*Problem description*: Lines in the records below that contain the word "VECTOR" must each be copied.

*Data section*:
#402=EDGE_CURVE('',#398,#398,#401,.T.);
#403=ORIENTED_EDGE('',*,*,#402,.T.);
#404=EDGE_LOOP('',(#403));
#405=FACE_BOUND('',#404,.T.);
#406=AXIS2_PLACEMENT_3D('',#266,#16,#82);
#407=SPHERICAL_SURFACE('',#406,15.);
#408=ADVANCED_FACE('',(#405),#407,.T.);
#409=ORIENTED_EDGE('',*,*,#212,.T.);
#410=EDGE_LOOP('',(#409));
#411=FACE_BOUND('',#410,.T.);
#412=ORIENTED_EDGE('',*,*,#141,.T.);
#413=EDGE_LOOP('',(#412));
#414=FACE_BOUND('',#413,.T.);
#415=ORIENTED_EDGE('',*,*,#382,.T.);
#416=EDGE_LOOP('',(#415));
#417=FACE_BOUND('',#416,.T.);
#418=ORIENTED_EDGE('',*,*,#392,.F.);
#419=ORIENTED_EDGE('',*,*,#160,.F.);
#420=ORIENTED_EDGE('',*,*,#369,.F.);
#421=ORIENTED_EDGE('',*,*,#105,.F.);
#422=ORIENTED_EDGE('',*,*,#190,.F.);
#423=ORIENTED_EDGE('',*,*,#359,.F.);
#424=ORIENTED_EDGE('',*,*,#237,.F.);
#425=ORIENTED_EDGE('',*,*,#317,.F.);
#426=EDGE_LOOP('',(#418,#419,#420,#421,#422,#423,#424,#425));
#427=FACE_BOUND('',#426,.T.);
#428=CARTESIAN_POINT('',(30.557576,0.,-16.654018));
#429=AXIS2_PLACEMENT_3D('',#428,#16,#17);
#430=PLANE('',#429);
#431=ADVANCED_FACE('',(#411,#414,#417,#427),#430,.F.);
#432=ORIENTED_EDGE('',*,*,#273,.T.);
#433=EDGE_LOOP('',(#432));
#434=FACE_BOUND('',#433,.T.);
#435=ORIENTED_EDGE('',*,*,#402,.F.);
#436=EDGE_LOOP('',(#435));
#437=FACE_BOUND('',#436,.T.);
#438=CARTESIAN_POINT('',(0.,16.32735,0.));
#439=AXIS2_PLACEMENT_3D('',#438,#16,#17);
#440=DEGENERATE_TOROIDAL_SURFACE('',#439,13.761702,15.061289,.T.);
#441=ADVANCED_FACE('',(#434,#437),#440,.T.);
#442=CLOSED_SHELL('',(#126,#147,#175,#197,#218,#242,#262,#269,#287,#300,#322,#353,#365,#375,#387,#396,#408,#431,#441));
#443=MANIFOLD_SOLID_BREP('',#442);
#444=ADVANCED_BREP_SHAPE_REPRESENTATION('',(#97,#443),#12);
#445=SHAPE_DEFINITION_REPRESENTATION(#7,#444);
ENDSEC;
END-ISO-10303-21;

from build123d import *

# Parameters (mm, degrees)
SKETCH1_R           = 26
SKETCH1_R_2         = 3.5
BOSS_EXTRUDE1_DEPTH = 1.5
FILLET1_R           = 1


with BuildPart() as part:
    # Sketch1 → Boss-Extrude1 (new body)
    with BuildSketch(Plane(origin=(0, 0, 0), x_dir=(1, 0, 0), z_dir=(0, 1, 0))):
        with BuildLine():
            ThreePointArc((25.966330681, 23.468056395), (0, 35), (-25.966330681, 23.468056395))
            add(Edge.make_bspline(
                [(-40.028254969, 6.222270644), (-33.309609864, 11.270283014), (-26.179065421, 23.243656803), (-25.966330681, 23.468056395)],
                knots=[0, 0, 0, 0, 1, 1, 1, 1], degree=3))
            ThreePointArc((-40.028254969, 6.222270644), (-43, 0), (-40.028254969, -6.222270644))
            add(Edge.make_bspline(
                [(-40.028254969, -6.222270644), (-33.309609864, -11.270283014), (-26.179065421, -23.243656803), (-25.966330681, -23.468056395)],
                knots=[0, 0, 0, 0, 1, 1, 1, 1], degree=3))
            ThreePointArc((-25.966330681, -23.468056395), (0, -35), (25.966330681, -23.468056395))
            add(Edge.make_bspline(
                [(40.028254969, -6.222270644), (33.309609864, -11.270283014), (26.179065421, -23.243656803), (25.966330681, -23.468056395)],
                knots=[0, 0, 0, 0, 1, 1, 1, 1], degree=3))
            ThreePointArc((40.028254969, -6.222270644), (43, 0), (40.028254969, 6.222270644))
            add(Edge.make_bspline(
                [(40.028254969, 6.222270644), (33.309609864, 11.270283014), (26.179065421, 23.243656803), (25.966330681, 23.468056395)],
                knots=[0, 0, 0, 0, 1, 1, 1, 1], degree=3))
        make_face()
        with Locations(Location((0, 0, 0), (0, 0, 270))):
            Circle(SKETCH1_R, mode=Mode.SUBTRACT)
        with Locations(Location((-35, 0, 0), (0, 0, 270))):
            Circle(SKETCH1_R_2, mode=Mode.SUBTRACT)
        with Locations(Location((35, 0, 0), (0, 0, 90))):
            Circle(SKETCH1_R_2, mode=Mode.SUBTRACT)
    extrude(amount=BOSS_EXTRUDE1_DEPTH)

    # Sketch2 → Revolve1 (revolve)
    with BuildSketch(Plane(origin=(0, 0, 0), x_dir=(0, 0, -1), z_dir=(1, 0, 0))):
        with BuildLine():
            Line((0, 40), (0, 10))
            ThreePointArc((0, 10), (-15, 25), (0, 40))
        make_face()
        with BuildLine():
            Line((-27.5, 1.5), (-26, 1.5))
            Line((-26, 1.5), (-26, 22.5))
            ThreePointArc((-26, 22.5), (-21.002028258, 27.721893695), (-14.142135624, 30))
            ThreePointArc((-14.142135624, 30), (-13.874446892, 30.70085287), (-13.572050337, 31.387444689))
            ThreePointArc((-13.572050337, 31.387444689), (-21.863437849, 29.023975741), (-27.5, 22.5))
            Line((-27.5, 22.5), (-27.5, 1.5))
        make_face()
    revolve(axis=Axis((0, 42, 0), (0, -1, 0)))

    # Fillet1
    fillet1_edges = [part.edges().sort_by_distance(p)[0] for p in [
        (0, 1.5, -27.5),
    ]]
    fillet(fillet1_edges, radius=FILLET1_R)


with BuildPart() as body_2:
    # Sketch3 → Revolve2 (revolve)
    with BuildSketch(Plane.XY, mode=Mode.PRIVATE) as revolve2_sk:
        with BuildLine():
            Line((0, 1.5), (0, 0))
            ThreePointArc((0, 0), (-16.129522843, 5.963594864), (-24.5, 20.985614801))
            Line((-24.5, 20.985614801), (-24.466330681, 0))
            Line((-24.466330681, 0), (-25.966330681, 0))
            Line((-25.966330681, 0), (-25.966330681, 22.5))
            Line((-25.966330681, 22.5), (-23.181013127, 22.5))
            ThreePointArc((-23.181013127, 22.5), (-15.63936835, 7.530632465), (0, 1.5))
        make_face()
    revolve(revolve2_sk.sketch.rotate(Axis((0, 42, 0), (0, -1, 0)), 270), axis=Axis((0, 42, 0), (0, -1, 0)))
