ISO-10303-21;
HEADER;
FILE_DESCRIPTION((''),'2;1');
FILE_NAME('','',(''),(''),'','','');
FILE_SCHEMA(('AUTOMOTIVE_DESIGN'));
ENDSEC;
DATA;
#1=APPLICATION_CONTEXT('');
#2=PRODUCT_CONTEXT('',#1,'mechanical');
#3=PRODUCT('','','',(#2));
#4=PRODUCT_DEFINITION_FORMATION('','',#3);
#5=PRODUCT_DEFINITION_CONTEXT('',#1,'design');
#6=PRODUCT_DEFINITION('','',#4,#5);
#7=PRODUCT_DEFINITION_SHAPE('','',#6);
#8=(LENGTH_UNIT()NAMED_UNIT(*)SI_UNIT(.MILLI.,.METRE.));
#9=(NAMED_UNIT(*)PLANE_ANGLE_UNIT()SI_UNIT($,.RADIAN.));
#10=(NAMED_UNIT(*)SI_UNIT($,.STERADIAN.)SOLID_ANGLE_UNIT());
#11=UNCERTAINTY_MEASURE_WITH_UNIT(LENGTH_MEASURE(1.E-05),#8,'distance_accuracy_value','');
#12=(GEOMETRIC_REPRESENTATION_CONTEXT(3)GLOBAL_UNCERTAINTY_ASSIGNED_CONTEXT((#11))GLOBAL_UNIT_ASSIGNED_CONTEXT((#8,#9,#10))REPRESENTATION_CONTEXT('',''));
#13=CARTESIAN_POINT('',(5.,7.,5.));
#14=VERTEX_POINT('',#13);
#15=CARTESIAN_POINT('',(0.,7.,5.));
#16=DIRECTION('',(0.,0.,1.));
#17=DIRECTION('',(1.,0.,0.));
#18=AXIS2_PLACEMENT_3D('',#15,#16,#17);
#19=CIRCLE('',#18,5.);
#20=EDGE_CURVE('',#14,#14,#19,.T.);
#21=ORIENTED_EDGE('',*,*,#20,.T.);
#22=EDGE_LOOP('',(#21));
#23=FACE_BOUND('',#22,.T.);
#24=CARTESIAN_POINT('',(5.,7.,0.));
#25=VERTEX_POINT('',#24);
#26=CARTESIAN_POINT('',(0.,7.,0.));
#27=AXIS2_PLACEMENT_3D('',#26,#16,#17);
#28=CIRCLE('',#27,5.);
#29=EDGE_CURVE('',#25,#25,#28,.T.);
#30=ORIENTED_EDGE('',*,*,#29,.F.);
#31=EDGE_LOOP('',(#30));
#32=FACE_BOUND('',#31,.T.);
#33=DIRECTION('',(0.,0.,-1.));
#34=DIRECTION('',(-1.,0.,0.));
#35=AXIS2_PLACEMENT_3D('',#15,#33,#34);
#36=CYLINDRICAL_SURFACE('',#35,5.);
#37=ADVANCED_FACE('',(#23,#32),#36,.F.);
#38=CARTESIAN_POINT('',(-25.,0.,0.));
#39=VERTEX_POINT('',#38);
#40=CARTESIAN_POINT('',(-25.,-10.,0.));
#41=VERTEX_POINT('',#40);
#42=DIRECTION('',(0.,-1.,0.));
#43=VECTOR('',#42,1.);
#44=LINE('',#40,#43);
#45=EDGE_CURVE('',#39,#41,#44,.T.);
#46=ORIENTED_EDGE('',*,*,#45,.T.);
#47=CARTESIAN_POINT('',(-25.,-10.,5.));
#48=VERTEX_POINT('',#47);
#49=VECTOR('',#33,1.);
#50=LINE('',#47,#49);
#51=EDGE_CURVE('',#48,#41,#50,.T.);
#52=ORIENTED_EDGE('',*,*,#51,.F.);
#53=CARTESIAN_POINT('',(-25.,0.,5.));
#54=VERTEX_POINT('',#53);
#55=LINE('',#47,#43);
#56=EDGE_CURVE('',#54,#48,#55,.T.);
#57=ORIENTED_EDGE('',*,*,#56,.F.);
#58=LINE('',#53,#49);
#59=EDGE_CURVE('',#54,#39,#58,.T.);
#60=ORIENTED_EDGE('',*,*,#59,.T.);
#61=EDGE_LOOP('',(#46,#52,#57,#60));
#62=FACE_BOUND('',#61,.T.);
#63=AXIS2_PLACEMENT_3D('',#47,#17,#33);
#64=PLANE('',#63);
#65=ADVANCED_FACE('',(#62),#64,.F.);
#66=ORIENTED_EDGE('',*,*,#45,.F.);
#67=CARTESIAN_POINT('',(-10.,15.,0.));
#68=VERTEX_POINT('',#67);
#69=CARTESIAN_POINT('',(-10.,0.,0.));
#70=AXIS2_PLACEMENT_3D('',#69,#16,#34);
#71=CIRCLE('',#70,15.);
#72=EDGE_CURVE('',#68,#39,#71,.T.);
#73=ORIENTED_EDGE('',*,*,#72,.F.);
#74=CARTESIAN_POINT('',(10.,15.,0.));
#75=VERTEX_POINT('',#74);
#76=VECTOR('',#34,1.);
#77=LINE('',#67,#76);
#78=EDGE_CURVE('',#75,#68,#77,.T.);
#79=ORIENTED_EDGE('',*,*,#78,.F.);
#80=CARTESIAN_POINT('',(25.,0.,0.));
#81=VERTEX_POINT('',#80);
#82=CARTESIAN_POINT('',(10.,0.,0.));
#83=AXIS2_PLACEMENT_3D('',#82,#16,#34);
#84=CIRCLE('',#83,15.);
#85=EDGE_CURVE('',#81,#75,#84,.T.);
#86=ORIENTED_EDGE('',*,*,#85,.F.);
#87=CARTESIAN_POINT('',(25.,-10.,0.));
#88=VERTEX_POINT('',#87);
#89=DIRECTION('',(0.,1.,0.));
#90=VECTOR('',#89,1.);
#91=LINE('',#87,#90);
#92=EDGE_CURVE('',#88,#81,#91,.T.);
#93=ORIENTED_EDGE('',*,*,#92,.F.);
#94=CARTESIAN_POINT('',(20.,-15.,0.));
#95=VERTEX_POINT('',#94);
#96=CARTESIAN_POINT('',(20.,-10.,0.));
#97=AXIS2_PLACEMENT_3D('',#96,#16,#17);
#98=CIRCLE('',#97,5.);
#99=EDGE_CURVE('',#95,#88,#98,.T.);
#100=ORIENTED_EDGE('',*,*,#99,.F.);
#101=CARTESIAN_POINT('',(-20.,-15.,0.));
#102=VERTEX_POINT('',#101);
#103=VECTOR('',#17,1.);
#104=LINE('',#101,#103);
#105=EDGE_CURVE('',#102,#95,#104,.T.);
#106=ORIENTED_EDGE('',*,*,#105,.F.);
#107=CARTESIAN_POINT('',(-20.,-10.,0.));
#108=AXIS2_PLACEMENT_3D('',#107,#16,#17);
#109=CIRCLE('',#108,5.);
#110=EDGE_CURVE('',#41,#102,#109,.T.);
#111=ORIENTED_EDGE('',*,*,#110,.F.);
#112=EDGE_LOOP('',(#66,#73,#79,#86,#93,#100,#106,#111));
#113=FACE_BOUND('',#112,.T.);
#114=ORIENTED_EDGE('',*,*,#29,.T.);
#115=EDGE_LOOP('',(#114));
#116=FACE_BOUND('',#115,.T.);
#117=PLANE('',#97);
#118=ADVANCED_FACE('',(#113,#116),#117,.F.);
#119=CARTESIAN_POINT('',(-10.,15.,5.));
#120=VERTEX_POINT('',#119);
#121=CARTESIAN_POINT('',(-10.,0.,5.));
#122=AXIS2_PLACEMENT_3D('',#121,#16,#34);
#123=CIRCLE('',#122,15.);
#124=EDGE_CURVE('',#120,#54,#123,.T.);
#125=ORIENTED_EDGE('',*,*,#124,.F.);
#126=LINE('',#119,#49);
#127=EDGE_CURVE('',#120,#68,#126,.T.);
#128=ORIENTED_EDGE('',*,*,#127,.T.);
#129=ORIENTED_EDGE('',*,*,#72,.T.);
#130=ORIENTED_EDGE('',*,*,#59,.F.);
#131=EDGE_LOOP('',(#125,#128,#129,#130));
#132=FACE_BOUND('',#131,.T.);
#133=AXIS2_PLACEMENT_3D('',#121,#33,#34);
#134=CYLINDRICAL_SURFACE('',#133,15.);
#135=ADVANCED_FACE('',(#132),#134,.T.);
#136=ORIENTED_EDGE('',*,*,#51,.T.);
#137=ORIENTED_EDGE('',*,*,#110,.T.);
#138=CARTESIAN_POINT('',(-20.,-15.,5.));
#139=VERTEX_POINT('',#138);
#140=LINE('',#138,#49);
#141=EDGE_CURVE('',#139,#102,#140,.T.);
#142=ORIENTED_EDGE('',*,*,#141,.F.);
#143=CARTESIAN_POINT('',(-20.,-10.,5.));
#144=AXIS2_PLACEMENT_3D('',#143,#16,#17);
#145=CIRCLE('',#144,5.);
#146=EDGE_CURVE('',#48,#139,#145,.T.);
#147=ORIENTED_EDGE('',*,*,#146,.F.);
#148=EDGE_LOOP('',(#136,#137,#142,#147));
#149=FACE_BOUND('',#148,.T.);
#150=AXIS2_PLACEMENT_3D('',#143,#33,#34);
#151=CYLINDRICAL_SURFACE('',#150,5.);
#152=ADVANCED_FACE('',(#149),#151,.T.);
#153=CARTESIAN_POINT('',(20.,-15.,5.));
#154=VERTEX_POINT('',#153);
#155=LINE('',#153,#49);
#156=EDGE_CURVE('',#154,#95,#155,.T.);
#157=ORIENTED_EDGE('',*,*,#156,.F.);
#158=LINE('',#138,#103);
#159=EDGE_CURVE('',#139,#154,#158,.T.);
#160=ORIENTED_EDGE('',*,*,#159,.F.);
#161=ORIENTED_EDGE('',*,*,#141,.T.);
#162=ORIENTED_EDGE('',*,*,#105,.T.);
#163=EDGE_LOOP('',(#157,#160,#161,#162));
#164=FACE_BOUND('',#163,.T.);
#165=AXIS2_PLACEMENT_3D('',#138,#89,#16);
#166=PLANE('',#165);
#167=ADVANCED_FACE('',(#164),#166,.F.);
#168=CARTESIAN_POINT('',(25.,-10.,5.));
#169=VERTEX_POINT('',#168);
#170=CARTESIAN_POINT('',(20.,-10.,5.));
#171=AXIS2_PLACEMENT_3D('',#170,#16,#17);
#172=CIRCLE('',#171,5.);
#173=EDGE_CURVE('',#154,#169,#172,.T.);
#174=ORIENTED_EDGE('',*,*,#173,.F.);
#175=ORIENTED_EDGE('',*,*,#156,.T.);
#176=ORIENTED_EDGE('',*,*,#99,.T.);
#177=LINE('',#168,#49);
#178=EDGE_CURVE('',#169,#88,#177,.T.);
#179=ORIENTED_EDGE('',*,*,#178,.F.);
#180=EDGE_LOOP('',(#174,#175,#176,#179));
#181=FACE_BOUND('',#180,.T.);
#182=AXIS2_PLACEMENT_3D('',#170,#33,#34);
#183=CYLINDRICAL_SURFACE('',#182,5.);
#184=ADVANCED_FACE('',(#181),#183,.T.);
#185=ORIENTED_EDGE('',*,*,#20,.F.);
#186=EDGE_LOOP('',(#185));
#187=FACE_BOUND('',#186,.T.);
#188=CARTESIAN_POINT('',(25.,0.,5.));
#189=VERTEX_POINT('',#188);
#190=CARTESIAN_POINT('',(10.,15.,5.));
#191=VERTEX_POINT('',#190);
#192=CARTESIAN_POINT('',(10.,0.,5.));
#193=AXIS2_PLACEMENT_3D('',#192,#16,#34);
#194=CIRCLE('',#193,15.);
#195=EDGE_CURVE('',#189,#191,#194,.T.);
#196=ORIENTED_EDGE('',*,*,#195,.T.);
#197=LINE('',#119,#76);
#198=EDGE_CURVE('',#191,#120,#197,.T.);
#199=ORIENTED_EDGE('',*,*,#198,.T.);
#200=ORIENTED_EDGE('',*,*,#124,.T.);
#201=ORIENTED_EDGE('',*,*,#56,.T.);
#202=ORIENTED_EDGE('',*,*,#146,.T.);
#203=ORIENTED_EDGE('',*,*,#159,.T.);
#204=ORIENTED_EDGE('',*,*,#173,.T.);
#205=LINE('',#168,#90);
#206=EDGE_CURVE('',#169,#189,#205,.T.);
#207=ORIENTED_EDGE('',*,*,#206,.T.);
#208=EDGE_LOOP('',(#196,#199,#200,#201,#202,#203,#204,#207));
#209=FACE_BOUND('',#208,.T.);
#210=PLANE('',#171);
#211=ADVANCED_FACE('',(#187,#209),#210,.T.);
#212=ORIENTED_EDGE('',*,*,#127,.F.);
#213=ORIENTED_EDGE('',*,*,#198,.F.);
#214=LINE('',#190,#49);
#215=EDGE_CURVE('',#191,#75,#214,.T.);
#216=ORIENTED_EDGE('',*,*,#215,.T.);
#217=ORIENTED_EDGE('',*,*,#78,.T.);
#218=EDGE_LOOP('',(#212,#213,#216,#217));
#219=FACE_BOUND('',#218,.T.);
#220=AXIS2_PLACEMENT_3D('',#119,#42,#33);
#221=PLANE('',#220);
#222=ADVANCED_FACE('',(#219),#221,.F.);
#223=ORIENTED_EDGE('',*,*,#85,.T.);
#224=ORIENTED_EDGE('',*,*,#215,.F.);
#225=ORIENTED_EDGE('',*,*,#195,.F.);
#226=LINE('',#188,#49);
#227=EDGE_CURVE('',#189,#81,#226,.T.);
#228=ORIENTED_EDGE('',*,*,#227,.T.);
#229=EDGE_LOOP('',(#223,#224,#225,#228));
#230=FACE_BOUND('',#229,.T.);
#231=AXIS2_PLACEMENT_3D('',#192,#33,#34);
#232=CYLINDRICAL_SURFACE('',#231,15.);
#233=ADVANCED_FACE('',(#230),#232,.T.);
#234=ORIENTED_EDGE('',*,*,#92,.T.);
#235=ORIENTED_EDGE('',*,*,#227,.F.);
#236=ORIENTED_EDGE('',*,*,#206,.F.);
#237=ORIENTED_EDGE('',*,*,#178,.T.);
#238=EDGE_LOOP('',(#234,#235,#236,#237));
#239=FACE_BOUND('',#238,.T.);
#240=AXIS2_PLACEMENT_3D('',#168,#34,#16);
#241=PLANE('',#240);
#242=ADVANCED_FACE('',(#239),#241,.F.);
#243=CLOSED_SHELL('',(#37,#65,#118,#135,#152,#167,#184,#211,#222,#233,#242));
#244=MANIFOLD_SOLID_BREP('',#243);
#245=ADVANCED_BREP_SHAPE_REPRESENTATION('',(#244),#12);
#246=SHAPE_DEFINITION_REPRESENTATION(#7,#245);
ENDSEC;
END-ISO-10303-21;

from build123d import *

# Parameters (mm, degrees)
SZKIC1_R                    = 5
DODANIE_WYCI_GNI_CIE1_DEPTH = 5


with BuildPart() as part:
    # Szkic1 → Dodanie-wyciągnięcie1 (new body)
    with BuildSketch(Plane.XY):
        with BuildLine():
            Line((-20, -15), (20, -15))
            ThreePointArc((20, -15), (23.535533906, -13.535533906), (25, -10))
            Line((25, -10), (25, 0))
            ThreePointArc((25, 0), (20.606601718, 10.606601718), (10, 15))
            Line((10, 15), (-10, 15))
            ThreePointArc((-10, 15), (-20.606601718, 10.606601718), (-25, 0))
            Line((-25, 0), (-25, -10))
            ThreePointArc((-25, -10), (-23.535533906, -13.535533906), (-20, -15))
        make_face()
        with Locations((0, 7)):
            Circle(SZKIC1_R, mode=Mode.SUBTRACT)
    extrude(amount=DODANIE_WYCI_GNI_CIE1_DEPTH)


solid = part.part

*Answer to the problem*:
#43=VECTOR('',#42,1.);
#49=VECTOR('',#33,1.);
#76=VECTOR('',#34,1.);
#90=VECTOR('',#89,1.);
#103=VECTOR('',#17,1.);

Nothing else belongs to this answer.